*Directions for this task*: Where in the data below does the word "body" appear? Copy each line that holds it.

*Stored records*:
━━━━━━━━━━━━━━━━
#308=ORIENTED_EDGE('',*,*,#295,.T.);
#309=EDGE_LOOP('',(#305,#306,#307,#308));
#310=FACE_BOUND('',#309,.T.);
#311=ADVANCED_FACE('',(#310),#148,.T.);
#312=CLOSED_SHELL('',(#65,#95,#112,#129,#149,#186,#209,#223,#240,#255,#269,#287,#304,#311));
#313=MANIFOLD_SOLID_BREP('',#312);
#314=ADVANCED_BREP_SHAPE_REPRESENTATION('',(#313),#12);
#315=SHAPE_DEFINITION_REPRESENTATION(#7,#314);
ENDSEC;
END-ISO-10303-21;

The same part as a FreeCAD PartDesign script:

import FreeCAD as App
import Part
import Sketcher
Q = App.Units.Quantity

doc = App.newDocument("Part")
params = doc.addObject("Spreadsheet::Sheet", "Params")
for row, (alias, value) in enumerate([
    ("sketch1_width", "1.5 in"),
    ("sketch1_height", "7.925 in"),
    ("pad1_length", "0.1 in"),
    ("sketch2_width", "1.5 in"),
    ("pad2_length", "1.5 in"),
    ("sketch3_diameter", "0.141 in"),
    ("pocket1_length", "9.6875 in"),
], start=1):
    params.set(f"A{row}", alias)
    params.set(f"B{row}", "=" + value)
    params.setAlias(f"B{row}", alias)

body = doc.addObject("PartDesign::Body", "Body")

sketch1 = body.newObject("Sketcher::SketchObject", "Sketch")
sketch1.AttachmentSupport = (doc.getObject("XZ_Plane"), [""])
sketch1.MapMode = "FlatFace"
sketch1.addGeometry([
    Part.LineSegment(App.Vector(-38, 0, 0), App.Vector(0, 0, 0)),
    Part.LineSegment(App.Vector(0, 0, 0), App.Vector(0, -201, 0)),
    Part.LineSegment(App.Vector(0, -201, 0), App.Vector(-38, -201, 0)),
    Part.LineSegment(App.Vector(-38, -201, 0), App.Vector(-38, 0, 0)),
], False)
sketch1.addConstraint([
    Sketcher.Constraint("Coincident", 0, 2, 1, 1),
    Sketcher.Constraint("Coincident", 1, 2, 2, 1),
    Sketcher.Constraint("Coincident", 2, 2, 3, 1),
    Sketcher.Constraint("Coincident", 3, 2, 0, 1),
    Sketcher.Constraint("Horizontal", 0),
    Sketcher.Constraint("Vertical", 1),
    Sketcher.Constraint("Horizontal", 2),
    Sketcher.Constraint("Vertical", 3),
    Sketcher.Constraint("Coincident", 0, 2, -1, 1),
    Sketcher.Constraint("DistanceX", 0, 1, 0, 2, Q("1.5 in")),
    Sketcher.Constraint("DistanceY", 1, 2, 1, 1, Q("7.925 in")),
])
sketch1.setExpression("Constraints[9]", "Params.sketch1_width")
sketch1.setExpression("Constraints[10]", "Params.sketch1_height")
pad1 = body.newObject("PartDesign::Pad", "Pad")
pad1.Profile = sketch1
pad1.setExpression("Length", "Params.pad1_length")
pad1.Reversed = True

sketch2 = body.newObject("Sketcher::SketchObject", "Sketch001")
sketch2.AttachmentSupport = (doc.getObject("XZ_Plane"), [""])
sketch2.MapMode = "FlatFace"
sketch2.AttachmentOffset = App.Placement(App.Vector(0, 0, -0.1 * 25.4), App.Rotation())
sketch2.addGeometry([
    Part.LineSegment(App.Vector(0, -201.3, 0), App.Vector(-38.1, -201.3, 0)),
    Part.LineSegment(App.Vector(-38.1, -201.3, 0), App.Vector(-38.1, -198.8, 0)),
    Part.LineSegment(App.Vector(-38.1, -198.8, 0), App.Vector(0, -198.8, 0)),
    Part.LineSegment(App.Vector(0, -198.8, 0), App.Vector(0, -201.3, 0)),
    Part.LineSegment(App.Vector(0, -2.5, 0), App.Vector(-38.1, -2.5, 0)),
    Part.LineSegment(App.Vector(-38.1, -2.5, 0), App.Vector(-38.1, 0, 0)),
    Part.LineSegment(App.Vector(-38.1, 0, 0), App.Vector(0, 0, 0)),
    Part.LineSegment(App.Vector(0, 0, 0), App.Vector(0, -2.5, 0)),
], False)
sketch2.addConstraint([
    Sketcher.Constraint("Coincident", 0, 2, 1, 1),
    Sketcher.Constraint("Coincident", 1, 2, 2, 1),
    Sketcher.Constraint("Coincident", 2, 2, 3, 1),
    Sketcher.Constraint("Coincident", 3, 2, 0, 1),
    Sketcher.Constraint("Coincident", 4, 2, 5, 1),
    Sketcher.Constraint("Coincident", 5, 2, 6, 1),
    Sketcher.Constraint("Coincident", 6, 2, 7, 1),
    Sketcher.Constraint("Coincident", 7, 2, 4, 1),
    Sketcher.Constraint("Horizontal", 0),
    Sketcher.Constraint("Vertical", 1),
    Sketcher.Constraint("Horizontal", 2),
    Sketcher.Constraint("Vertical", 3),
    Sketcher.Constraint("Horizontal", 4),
━━━━━━━━━━━━━━━━
*Task answer*:
body = doc.addObject("PartDesign::Body", "Body")
sketch1 = body.newObject("Sketcher::SketchObject", "Sketch")
pad1 = body.newObject("PartDesign::Pad", "Pad")
sketch2 = body.newObject("Sketcher::SketchObject", "Sketch001")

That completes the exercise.